#### [DIRECTIONS]
Write out the following listing's lines from the one with "f 57 287 315" to the one with "f 280 198 26", exactly, with both included and no others.

#### [EXERCISE INPUTS]
>>
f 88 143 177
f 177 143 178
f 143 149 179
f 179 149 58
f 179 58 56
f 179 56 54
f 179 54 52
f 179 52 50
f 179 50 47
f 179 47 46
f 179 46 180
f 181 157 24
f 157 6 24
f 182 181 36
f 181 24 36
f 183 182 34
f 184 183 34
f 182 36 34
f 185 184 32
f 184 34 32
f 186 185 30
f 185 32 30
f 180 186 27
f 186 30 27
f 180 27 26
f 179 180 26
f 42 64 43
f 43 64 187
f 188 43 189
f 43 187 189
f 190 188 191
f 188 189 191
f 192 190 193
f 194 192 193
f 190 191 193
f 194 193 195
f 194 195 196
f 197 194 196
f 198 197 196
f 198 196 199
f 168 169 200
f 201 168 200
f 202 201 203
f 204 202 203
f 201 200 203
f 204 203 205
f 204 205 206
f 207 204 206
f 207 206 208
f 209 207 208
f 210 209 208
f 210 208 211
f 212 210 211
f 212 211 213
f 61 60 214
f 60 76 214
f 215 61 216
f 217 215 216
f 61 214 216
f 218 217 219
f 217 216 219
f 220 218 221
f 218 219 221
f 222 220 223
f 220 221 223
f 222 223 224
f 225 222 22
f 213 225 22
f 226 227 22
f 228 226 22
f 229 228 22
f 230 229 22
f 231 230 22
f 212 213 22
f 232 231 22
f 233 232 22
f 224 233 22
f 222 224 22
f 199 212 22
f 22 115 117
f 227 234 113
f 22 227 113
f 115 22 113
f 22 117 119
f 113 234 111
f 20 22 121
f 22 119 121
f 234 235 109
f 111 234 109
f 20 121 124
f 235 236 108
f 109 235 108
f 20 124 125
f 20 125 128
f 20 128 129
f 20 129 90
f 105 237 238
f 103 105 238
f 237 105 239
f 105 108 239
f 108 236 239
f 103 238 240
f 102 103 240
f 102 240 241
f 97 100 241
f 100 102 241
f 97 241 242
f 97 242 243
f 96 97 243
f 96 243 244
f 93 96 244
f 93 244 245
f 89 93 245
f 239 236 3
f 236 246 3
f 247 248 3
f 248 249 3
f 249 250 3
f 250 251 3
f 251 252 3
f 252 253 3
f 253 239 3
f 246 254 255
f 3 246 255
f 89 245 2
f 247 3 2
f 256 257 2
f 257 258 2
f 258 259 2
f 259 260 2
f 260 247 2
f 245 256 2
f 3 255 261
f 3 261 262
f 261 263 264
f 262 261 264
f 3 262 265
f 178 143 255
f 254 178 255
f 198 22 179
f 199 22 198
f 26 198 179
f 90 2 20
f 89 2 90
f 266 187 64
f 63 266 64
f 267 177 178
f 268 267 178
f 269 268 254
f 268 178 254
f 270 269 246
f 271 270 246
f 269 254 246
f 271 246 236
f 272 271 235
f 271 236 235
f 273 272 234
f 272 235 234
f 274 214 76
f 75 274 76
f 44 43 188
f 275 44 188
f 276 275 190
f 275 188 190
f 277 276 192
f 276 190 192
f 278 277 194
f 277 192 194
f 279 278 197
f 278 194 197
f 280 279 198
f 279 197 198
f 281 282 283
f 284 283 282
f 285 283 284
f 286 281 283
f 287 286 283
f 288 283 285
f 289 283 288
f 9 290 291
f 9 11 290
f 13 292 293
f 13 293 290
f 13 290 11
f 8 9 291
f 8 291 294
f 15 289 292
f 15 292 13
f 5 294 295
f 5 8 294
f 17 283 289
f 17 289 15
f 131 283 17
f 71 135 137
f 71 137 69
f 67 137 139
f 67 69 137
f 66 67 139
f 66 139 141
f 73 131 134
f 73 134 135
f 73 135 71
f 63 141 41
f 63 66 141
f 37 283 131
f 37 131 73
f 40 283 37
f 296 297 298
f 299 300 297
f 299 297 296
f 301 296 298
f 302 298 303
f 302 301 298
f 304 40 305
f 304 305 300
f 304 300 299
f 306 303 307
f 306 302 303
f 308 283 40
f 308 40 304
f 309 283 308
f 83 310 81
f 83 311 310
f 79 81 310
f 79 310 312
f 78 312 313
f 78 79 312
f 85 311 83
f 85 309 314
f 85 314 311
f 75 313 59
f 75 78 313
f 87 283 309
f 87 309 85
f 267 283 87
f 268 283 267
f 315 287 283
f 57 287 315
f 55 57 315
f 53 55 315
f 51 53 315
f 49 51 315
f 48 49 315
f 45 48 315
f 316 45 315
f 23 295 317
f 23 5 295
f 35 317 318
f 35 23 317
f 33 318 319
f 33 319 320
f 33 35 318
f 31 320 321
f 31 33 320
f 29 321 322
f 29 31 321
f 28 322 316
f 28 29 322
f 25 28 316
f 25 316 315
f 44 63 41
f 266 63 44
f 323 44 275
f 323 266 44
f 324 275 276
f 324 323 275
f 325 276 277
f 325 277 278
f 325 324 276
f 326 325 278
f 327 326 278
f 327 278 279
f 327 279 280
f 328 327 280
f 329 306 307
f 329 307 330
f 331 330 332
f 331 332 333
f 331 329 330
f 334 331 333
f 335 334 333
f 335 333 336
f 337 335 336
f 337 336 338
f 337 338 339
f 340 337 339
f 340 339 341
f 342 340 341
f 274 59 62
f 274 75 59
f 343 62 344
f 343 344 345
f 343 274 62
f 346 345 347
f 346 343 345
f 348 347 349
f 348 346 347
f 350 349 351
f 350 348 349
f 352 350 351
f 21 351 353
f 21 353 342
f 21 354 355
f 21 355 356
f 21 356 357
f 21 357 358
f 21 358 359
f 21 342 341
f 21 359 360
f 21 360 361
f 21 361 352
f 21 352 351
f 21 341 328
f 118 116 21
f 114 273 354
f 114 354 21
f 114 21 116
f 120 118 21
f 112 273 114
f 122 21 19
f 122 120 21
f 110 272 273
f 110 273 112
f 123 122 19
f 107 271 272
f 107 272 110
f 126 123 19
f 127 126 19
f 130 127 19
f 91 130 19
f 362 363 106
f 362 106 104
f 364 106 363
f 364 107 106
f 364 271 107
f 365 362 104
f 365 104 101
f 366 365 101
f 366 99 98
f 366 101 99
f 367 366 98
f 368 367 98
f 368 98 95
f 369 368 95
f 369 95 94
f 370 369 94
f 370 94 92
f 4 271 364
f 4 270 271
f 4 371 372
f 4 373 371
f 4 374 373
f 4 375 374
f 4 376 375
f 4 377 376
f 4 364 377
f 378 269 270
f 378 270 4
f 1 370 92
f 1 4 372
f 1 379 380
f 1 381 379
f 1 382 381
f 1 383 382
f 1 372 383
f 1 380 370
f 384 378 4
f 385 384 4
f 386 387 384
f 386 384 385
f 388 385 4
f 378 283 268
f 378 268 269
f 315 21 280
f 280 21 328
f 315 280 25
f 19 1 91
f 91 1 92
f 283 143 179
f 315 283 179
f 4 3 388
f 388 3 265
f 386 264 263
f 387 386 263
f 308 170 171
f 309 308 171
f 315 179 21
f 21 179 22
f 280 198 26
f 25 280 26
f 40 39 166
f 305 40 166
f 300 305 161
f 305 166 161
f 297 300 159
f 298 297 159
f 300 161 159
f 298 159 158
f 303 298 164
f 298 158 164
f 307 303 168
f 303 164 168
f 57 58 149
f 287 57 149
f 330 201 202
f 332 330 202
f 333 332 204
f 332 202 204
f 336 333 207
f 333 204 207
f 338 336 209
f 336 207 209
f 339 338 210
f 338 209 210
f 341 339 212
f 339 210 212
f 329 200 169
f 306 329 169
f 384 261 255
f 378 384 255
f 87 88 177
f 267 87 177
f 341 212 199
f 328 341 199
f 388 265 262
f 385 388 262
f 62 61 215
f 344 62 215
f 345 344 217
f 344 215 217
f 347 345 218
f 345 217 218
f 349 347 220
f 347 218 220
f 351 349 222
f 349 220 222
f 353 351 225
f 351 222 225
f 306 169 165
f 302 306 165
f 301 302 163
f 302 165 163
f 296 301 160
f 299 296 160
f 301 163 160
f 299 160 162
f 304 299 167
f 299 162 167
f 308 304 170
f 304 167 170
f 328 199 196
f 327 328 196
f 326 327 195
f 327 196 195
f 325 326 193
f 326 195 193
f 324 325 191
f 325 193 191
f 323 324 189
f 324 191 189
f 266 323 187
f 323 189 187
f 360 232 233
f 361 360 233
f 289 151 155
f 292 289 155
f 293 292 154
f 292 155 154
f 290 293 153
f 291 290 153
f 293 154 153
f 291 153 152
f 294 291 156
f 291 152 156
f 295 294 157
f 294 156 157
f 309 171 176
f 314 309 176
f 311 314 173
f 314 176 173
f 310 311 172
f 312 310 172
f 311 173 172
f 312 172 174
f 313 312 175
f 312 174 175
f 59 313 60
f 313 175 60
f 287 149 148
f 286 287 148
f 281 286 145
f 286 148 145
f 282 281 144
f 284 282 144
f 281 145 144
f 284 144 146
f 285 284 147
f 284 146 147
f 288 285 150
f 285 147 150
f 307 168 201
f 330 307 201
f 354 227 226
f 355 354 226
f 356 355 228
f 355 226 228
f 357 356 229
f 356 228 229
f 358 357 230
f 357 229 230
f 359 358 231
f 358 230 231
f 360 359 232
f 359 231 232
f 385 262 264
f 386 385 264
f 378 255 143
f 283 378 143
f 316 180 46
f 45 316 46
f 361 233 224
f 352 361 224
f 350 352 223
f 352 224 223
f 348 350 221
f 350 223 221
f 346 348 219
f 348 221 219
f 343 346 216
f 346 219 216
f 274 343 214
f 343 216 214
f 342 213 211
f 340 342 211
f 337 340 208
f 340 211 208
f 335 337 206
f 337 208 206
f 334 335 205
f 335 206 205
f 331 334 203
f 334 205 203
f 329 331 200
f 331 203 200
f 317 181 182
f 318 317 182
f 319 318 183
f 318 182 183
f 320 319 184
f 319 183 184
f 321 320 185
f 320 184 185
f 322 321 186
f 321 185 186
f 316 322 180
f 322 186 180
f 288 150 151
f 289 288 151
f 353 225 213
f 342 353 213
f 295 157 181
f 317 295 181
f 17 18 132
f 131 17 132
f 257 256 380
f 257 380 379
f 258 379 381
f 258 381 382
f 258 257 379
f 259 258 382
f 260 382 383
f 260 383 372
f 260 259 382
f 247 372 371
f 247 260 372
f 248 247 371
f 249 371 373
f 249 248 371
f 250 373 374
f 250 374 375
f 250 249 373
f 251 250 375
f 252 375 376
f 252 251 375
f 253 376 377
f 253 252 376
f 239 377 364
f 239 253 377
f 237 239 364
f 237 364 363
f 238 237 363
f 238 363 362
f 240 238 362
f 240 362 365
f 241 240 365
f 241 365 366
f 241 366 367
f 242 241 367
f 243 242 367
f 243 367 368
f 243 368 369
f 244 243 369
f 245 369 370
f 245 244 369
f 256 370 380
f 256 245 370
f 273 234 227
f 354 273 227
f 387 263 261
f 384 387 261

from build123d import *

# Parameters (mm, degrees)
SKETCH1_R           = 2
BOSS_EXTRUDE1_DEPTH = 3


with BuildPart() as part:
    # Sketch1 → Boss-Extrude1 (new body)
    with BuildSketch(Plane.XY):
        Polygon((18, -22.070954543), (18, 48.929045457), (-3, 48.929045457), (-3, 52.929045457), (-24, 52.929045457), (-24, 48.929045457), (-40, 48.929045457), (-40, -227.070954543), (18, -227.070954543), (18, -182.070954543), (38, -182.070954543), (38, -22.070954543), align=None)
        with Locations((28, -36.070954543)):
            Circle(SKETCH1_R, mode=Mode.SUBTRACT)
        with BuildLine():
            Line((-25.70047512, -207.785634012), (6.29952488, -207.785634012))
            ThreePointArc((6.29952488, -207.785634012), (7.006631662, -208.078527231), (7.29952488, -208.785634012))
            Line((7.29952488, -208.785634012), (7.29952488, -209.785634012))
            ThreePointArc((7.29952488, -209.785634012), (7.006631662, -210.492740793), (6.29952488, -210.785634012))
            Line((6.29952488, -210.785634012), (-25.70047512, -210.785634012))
<<
#### [EXERCISE RESULT]
f 57 287 315
f 55 57 315
f 53 55 315
f 51 53 315
f 49 51 315
f 48 49 315
f 45 48 315
f 316 45 315
f 23 295 317
f 23 5 295
f 35 317 318
f 35 23 317
f 33 318 319
f 33 319 320
f 33 35 318
f 31 320 321
f 31 33 320
f 29 321 322
f 29 31 321
f 28 322 316
f 28 29 322
f 25 28 316
f 25 316 315
f 44 63 41
f 266 63 44
f 323 44 275
f 323 266 44
f 324 275 276
f 324 323 275
f 325 276 277
f 325 277 278
f 325 324 276
f 326 325 278
f 327 326 278
f 327 278 279
f 327 279 280
f 328 327 280
f 329 306 307
f 329 307 330
f 331 330 332
f 331 332 333
f 331 329 330
f 334 331 333
f 335 334 333
f 335 333 336
f 337 335 336
f 337 336 338
f 337 338 339
f 340 337 339
f 340 339 341
f 342 340 341
f 274 59 62
f 274 75 59
f 343 62 344
f 343 344 345
f 343 274 62
f 346 345 347
f 346 343 345
f 348 347 349
f 348 346 347
f 350 349 351
f 350 348 349
f 352 350 351
f 21 351 353
f 21 353 342
f 21 354 355
f 21 355 356
f 21 356 357
f 21 357 358
f 21 358 359
f 21 342 341
f 21 359 360
f 21 360 361
f 21 361 352
f 21 352 351
f 21 341 328
f 118 116 21
f 114 273 354
f 114 354 21
f 114 21 116
f 120 118 21
f 112 273 114
f 122 21 19
f 122 120 21
f 110 272 273
f 110 273 112
f 123 122 19
f 107 271 272
f 107 272 110
f 126 123 19
f 127 126 19
f 130 127 19
f 91 130 19
f 362 363 106
f 362 106 104
f 364 106 363
f 364 107 106
f 364 271 107
f 365 362 104
f 365 104 101
f 366 365 101
f 366 99 98
f 366 101 99
f 367 366 98
f 368 367 98
f 368 98 95
f 369 368 95
f 369 95 94
f 370 369 94
f 370 94 92
f 4 271 364
f 4 270 271
f 4 371 372
f 4 373 371
f 4 374 373
f 4 375 374
f 4 376 375
f 4 377 376
f 4 364 377
f 378 269 270
f 378 270 4
f 1 370 92
f 1 4 372
f 1 379 380
f 1 381 379
f 1 382 381
f 1 383 382
f 1 372 383
f 1 380 370
f 384 378 4
f 385 384 4
f 386 387 384
f 386 384 385
f 388 385 4
f 378 283 268
f 378 268 269
f 315 21 280
f 280 21 328
f 315 280 25
f 19 1 91
f 91 1 92
f 283 143 179
f 315 283 179
f 4 3 388
f 388 3 265
f 386 264 263
f 387 386 263
f 308 170 171
f 309 308 171
f 315 179 21
f 21 179 22
f 280 198 26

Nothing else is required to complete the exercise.